Раймон вздрогнул. Титулы, присвоенные каждому из них, уже говорили о многом. Вот только зачем он нужен был в этом кругу, если был для них всего лишь «полуэльфом»?
Выбора, впрочем, не было. Раймон остался стоять неподвижно, дожидаясь, пока эльфы младших ветвей покинут зал.
Леди Айнира так же молча стояла справа от трона, на том месте, которое занимала уже много лет — а может быть, и веков.
Белл встал, точно ему неуютно было сидеть под её пристальным взглядом, и, сложив руки на груди, уставился в пол.
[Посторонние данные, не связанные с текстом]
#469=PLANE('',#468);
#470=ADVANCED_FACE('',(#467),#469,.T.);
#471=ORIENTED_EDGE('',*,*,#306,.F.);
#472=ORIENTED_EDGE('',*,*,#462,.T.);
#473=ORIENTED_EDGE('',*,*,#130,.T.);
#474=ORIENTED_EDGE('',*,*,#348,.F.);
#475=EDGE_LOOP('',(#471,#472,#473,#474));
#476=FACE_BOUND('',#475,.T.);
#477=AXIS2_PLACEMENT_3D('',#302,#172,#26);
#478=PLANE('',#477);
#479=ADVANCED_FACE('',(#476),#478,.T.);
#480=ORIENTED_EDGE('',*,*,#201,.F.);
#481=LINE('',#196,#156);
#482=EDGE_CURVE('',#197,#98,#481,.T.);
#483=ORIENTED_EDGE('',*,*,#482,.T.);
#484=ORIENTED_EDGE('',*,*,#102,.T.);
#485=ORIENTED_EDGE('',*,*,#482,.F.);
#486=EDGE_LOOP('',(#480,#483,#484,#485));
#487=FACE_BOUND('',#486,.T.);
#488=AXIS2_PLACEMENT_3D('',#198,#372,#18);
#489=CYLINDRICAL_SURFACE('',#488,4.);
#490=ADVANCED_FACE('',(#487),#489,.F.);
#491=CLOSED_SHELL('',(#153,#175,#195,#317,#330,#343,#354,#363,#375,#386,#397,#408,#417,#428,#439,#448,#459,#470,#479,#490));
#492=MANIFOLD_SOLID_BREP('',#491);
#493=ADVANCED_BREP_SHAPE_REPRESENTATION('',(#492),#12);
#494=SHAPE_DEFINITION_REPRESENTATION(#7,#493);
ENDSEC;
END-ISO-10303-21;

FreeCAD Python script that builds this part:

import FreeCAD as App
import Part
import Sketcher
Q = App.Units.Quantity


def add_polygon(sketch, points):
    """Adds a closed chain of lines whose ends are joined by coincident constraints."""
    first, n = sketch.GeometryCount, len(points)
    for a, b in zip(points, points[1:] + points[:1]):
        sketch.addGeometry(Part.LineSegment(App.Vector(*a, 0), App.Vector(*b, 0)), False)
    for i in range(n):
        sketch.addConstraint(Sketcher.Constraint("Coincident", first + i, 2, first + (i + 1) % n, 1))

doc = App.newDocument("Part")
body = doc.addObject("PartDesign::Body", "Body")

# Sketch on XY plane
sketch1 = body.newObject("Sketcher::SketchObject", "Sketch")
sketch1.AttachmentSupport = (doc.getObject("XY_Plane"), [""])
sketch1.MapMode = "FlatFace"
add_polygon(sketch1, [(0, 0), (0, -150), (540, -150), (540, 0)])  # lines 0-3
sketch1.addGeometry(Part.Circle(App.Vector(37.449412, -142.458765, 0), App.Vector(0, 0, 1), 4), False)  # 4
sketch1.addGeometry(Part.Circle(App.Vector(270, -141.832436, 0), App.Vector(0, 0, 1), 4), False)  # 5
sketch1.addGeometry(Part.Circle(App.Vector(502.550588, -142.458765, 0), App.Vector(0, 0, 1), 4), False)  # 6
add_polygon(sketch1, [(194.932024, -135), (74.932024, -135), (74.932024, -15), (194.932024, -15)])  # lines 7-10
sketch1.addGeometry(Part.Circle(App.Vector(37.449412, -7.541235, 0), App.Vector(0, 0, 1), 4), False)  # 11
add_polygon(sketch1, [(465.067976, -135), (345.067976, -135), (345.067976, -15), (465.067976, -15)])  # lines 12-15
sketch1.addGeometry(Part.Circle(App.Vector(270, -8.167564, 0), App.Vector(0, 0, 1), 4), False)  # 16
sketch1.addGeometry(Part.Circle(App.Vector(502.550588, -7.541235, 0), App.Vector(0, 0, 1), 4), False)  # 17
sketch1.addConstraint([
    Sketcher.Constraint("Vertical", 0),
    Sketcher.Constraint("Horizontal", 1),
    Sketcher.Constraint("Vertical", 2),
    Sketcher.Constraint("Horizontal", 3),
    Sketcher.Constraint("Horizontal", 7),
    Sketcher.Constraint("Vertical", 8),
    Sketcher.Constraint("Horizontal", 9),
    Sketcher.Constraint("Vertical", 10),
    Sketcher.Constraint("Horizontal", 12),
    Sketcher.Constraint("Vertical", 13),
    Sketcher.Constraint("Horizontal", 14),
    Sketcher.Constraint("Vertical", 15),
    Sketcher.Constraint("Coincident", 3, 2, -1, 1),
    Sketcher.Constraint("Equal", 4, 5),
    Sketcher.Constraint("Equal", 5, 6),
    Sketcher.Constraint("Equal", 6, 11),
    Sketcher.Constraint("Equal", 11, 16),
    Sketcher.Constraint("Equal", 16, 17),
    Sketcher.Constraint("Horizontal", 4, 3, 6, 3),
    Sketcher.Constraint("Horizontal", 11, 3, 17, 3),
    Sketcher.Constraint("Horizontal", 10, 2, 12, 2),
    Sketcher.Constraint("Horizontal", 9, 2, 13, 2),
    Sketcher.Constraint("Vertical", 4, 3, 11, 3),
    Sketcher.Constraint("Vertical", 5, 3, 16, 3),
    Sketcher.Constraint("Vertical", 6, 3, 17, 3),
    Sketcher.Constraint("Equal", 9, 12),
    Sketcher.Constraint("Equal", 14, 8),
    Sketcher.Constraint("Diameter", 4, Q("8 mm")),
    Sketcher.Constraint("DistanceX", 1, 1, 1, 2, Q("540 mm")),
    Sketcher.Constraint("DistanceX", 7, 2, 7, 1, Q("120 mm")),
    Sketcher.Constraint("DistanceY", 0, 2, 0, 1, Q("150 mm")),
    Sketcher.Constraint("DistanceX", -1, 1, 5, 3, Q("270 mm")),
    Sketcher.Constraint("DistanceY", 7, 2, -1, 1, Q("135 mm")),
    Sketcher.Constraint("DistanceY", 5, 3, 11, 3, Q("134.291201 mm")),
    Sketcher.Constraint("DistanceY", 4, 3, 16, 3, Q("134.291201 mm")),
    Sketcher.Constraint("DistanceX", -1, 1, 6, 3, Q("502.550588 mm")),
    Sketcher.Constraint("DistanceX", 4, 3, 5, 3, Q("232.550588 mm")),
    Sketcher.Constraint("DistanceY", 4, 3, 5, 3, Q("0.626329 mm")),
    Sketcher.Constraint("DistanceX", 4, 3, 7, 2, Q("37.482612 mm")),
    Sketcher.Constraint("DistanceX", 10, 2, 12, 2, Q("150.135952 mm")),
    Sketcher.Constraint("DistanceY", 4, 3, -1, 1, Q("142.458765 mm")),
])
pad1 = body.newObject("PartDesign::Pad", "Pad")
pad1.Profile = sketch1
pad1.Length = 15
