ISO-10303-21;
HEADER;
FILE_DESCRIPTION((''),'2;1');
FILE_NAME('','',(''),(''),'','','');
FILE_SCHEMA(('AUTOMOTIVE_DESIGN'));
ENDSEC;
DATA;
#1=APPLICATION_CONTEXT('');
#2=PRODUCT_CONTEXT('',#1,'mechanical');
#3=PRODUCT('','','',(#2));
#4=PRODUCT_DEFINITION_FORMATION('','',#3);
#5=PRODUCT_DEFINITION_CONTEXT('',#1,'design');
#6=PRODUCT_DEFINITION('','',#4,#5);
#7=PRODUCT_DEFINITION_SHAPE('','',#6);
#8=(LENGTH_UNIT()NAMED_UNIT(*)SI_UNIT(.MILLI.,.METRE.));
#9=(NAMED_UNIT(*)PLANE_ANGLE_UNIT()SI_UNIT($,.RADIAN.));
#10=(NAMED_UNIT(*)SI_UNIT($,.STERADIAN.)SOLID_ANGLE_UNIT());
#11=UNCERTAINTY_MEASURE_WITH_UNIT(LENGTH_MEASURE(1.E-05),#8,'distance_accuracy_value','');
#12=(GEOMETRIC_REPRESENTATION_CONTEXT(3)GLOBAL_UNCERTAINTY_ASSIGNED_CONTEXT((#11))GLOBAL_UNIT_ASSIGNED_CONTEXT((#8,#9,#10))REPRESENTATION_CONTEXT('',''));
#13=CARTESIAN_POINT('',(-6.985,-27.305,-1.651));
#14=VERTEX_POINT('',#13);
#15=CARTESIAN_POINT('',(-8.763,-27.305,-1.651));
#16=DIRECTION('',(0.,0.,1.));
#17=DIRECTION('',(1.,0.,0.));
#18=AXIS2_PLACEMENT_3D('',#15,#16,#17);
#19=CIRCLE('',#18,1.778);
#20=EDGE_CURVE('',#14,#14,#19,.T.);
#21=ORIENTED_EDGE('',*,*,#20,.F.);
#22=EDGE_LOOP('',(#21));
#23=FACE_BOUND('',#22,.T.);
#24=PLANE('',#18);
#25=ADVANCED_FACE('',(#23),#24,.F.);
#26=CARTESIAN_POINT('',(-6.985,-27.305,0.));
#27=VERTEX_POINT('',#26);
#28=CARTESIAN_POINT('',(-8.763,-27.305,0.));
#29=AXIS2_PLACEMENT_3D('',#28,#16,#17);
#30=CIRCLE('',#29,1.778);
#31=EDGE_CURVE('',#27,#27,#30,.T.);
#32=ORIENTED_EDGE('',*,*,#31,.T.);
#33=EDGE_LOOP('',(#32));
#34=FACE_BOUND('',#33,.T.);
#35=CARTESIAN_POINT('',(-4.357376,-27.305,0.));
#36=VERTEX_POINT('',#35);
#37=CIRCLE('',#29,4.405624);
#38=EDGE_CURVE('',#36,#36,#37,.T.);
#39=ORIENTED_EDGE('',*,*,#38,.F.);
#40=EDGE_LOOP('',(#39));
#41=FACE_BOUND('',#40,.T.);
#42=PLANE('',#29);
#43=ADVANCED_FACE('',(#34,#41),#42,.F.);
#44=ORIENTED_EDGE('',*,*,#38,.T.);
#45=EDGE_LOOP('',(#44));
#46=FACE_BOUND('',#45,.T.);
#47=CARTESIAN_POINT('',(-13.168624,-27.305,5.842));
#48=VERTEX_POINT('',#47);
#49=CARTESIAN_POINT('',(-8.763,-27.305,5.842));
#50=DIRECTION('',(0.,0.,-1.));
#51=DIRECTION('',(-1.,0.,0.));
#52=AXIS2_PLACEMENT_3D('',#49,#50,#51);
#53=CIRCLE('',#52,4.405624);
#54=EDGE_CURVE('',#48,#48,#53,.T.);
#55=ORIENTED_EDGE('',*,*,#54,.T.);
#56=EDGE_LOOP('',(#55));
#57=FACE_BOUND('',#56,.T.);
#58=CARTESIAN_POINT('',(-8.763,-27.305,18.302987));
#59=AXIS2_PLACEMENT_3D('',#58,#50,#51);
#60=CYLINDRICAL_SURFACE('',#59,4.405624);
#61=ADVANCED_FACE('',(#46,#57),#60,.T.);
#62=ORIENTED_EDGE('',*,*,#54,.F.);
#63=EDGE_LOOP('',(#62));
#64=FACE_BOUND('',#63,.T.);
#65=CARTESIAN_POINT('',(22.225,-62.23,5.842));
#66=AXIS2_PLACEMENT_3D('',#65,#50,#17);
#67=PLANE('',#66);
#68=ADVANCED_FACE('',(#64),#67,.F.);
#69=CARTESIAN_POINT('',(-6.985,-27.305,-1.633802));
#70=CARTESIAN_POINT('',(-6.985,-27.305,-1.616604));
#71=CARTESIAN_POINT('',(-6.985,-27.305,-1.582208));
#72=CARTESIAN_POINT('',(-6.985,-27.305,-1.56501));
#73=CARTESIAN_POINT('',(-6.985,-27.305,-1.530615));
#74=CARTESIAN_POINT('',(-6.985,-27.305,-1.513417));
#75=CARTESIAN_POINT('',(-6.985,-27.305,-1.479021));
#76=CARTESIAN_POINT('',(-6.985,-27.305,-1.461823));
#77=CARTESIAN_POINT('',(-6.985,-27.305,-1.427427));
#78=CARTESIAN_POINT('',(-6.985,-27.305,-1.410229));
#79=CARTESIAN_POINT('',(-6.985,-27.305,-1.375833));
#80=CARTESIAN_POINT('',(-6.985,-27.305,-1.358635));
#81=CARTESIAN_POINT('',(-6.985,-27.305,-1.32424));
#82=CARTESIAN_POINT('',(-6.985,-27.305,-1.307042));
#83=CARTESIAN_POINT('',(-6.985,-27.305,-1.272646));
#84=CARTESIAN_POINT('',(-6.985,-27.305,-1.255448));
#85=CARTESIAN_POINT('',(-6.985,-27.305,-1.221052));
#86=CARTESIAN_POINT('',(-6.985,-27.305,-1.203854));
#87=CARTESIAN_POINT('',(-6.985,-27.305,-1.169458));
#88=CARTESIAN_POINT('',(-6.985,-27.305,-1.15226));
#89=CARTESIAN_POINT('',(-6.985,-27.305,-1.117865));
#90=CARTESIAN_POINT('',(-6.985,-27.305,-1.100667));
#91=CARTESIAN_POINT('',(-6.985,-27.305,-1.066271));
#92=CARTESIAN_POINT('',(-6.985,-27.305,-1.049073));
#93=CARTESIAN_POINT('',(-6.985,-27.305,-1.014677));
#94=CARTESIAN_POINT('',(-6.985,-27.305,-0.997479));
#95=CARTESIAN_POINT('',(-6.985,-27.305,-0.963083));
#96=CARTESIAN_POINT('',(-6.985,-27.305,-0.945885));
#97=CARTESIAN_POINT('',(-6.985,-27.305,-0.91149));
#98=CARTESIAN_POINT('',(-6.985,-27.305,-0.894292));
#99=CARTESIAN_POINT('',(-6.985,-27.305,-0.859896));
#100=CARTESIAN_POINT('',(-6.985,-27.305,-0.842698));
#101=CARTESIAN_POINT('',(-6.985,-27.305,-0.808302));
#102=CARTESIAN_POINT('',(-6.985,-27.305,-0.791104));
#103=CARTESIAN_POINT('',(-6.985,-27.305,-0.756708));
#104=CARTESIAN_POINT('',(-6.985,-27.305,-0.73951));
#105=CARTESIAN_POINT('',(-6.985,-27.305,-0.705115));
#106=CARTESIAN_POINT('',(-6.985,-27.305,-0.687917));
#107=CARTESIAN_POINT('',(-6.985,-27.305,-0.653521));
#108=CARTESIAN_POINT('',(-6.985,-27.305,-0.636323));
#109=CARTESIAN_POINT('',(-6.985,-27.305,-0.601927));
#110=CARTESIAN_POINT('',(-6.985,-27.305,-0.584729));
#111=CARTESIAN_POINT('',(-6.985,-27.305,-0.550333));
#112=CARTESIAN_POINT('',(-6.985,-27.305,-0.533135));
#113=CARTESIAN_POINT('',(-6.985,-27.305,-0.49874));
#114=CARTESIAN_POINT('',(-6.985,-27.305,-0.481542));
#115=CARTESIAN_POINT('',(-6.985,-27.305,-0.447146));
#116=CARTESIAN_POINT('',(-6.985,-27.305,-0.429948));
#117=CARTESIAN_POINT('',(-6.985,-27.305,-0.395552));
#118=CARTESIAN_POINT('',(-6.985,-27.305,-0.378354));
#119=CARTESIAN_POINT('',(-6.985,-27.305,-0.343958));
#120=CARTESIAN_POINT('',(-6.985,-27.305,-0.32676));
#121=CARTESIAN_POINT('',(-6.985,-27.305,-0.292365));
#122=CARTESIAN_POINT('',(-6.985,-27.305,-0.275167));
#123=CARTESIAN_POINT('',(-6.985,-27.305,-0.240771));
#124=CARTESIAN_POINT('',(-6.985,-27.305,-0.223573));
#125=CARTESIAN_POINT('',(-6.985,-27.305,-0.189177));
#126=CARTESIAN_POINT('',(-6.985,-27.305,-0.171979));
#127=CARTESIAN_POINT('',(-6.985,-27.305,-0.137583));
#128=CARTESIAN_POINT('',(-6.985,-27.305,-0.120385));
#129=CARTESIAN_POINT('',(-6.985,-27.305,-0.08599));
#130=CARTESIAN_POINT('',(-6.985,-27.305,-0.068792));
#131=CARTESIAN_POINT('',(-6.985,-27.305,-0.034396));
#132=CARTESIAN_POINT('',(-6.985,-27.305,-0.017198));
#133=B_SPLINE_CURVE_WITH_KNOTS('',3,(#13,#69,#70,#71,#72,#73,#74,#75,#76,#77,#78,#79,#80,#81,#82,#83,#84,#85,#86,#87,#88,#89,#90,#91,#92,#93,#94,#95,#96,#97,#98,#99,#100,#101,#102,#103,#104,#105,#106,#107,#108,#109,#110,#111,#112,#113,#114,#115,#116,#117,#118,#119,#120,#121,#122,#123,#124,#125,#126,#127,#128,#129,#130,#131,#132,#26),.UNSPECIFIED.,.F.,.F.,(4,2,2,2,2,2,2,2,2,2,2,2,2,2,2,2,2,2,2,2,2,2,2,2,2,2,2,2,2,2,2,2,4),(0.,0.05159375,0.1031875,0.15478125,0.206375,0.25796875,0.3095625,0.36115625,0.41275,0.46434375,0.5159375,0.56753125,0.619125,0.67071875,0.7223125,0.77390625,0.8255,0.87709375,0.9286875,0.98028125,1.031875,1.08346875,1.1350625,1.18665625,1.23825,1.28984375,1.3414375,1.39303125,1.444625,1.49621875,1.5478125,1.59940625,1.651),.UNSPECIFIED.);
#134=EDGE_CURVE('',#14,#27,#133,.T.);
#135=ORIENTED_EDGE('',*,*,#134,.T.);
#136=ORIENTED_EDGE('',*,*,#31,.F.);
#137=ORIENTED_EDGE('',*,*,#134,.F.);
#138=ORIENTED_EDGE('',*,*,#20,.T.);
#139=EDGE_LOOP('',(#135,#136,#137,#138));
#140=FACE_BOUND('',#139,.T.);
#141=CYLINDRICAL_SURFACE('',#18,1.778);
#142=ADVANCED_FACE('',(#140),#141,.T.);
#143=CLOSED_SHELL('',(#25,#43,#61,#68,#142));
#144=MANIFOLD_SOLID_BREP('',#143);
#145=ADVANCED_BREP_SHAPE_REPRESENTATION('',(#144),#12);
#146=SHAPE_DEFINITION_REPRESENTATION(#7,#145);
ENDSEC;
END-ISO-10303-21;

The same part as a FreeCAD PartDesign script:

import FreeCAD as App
import Part
import Sketcher

V = App.Vector
Q = App.Units.Quantity

doc = App.newDocument("Part")
body = doc.addObject("PartDesign::Body", "Body")

# Sketch on XY plane
sketch1 = doc.addObject("Sketcher::SketchObject", "Sketch")
body.addObject(sketch1)
sketch1.AttachmentSupport = (doc.XY_Plane, [""])
sketch1.MapMode = "FlatFace"
sketch1.addGeometry(Part.Circle(V(-8.763, -27.305, 0), V(0, 0, 1), 1.778), False)
sketch1.addConstraint([
    Sketcher.Constraint("Diameter", 0, Q("0.14 in")),
    Sketcher.Constraint("DistanceX", 0, 3, -1, 1, Q("0.345 in")),
    Sketcher.Constraint("DistanceY", 0, 3, -1, 1, Q("1.075 in")),
])
pad1 = doc.addObject("PartDesign::Pad", "Pad")
body.addObject(pad1)
pad1.Profile = sketch1
pad1.Length = Q("0.065 in")
pad1.Reversed = True

# Sketch on XY plane
sketch2 = doc.addObject("Sketcher::SketchObject", "Sketch001")
body.addObject(sketch2)
sketch2.AttachmentSupport = (doc.XY_Plane, [""])
sketch2.MapMode = "FlatFace"
sketch2.addGeometry(Part.Circle(V(-8.763, -27.305, 0), V(0, 0, 1), 4.405624), False)
sketch2.addConstraint([
    Sketcher.Constraint("Diameter", 0, 8.811248),
    Sketcher.Constraint("DistanceX", 0, 3, -1, 1, Q("0.345 in")),
    Sketcher.Constraint("DistanceY", 0, 3, -1, 1, Q("1.075 in")),
])
pad2 = doc.addObject("PartDesign::Pad", "Pad001")
body.addObject(pad2)
pad2.Profile = sketch2
pad2.Length = Q("0.23 in")

doc.recompute()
— Все мы понимаем, — сказал он, — что после смерти отца Дом не останется прежним.
Ответом ему стала тишина. Видимо, это в самом деле понимали все.
— Полагаю, — он сверкнул глазами в направлении Айниры, — найдутся те, кто считает свои права на титул Владыки более законными, чем мои.
— Я чту завещание Тауфина, — сказала Айнира спокойно. — В тот день, когда мои дети перестанут считать тебя своим господином, мы покинем этот дом. Но рушить то, что построил мой брат, я не собираюсь.
— Я рад, — сухо ответил Белл и перевёл взгляд на Раймона, а затем на Ингрид. — Я тоже чту завещание отца. Ты знаешь, Ингрид, что его волей было заключить брак между тобой и кем-то из дома Саламандры.
Ингрид заметно побледнела.
— У тебя будет выбор, сестра. Так хотел отец, и я тоже считаю это справедливым. Дом Саламандры велик, и вскоре тебе предстоит познакомиться с детьми из старшей ветви.
Сердце Раймона неприятно кольнуло, когда он увидел, что Ингрид вздохнула с облегчением.
— Но помни, — повысил голос Белл. — Я — глава дома. Моя воля так же неоспорима, как была воля отца. Если ты забудешь об этом, мне придётся принять то решение, которое будет выгоднее для семьи.
Ингрид стиснула зубы и быстро кивнула.
Белл повернулся к Раймону.
— Ты, — сказал он. На губах его промелькнула лёгкая улыбка, а взгляд стал колючим. — Мой отец назвал тебя сыном, — при каждом слове Белл делал один небольшой шаг в направлении Раймона, и тот с трудом подавил желание отступить назад, когда Белл оказался в нескольких дюймах от него. — Но я никогда не называл тебя братом. Думаю, очевидно, что настолько дикое и грязное существо, как ты, не может претендовать на основание собственной ветви в доме Синего Дракона, а значит, и братом владыки ты быть не можешь.
Раймон до боли впился ногтями в ладони, удерживаясь от желания ударить по самодовольной эльфийской роже.
— Белл, завещание отца, — прозвучал из-за спины наполненный металлом женский голос.